AMBON, JENDELAMALUKU.COM — PT PLN (Persero) Unit Induk Wilayah Maluku dan Maluku Utara (UIW MMU) telah mengoperasikan puluhan Pembangkit Listrik Tenaga Diesel (PLTD) selama 24 jam penuh.
General Manager PLN UIW MMU, Noer Soeratmoko saat membuka acara peringatan Hari Pelanggan Nasional (HPN) 2025 yang berlangsung meriah pada Sabtu, (20/9/2025) di Pattimura Park, Ambon.
Secara simbolis, diresmikan pula peningkatan jam nyala listrik di lima PLTD (Waipandan, Amarsekaru, Yamtel, Tonu Jaya, dan Tahalupu) dari 12 jam menjadi 24 jam.
Selain itu, 14 PLTD lainnya kini beroperasi 12 jam, naik dari sebelumnya hanya 6 jam.
Dengan demikian, total sistem kelistrikan yang aktif saat ini adalah:
– 55 PLTD beroperasi 24 jam
– 34 PLTD beroperasi 12 jam
– 9 PLTD beroperasi 6 jam
“Setiap penambahan jam nyala listrik adalah bentuk nyata dari peningkatan kualitas hidup masyarakat.
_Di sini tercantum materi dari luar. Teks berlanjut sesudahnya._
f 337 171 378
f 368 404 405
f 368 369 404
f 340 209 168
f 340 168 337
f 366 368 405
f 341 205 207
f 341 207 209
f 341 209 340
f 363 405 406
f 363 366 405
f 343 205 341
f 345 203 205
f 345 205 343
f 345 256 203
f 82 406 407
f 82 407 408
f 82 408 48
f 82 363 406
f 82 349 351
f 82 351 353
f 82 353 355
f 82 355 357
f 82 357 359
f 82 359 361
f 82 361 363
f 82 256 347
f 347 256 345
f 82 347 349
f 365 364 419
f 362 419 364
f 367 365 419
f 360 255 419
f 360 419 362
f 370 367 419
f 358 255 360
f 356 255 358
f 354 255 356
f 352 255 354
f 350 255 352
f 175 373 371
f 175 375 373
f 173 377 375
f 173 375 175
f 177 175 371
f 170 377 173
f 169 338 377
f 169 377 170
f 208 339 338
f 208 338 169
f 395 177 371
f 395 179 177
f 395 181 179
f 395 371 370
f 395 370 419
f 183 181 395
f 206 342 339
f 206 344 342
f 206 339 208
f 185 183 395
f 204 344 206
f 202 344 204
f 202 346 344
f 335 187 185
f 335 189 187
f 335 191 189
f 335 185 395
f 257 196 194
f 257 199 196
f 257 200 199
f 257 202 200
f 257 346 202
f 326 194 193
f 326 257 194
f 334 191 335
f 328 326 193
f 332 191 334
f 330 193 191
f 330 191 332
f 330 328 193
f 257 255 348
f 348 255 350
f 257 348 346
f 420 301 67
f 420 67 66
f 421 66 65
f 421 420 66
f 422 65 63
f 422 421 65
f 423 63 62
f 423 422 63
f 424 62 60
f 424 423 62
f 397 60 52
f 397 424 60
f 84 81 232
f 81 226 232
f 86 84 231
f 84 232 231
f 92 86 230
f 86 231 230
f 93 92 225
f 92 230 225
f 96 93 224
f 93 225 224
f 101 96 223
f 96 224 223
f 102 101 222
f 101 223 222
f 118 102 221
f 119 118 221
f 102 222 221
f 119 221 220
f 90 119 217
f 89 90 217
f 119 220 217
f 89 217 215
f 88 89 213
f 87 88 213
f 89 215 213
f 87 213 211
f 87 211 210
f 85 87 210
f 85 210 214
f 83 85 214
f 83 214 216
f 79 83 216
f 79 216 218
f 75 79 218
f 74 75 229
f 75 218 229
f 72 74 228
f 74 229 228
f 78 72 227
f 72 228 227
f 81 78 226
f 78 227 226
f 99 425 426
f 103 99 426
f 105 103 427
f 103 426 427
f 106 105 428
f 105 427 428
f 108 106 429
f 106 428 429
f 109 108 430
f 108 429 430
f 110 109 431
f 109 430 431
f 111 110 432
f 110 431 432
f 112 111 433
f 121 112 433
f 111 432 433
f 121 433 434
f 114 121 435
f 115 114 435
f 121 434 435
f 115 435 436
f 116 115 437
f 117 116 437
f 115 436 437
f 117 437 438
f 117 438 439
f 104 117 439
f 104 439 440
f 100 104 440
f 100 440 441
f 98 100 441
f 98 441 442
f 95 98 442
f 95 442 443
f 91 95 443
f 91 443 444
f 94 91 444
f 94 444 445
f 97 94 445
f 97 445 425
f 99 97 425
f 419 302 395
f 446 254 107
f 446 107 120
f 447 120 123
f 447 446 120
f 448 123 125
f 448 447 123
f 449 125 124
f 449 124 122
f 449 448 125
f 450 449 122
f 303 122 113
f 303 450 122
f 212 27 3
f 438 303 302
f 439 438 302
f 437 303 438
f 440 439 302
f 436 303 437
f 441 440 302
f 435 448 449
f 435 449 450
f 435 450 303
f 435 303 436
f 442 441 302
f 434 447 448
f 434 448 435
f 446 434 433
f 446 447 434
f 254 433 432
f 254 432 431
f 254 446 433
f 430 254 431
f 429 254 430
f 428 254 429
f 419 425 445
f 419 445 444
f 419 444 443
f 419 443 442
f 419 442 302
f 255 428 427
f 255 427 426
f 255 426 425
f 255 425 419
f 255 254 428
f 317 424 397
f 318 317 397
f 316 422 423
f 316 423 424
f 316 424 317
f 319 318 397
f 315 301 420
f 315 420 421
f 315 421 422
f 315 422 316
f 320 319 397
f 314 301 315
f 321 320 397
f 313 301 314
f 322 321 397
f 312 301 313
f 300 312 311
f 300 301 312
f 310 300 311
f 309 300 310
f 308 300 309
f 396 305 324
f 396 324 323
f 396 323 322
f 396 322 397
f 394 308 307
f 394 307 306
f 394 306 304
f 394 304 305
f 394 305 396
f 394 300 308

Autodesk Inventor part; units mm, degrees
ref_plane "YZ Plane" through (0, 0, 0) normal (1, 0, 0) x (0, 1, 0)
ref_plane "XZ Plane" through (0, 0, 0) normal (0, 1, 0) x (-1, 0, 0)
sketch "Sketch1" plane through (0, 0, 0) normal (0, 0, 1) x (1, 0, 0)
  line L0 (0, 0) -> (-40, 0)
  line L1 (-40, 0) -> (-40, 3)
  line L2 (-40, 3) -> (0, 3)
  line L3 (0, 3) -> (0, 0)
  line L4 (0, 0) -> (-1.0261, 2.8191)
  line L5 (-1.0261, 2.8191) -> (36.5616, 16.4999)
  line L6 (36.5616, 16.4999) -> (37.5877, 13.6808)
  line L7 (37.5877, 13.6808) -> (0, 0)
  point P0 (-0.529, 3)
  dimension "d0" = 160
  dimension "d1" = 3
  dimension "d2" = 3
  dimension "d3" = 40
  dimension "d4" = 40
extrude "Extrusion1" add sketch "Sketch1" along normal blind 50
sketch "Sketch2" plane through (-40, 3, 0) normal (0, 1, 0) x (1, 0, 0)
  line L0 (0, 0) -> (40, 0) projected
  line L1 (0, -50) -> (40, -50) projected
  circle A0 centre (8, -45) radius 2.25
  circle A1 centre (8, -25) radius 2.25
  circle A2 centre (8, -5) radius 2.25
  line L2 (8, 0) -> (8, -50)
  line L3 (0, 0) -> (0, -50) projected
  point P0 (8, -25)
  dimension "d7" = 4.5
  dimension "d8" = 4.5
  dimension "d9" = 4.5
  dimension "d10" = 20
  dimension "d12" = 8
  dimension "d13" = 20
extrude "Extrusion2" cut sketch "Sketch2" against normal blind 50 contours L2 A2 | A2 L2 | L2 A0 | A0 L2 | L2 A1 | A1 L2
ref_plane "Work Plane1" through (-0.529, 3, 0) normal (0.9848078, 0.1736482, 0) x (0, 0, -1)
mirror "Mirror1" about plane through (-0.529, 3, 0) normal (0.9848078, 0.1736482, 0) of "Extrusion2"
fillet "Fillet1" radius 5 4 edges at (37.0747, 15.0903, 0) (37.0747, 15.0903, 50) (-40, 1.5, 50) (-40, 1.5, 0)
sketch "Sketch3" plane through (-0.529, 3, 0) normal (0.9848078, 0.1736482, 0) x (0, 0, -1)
Ini memungkinkan anak-anak belajar di malam hari, mendukung layanan kesehatan, dan mendorong produktivitas ekonomi lokal,” jelas Soeratmoko.
Light Up The Dream: 1.780 Pelanggan Terlistriki Sejak 2021
Dalam kesempatan ini, PLN juga melaporkan kemajuan program sosial Light Up The Dream (LUTD) — inisiatif pemberian sambungan listrik gratis bagi keluarga prasejahtera.
Hingga September 2025, 195 keluarga baru telah menikmati listrik secara gratis, dengan total penerima manfaat sejak 2021 mencapai 1.780 pelanggan.
Program ini merupakan hasil gotong royong insan PLN, menunjukkan bahwa PLN tidak hanya menerangi wilayah, tetapi juga memberikan harapan dan kepedulian nyata bagi masyarakat yang membutuhkan.
“Atas nama seluruh insan PLN UIW Maluku dan Maluku Utara, kami ucapkan terima kasih kepada Gubernur Maluku, Forkopimda, kepala daerah, stakeholder, dan pelanggan. PLN hadir dan tumbuh karena kepercayaan serta kebersamaan dengan pelanggan,” tutupnya.
Gubernur Maluku, Hendrik Lewerissa, turut hadir dalam peringatan Hari Pelanggan Nasional 2025 yang digelar PLN UIW Maluku dan Maluku Utara.
Dalam sambutannya, Gubernur menyampaikan apresiasi atas peningkatan pelayanan kelistrikan yang diresmikan secara simbolis dalam acara tersebut.
“Kami bersyukur atas peningkatan pelayanan listrik yang tadinya 16 jam menjadi 24 jam di beberapa desa yang tadi kami resmikan. Kami yakin tambahan jam pelayanan ini akan sangat membantu masyarakat di desa-desa tersebut,” ujarnya.
Tak hanya itu, Gubernur juga menyoroti peluncuran program listrik gratis bagi keluarga prasejahtera sebagai wujud nyata kepedulian sosial dari PLN kepada masyarakat yang membutuhkan.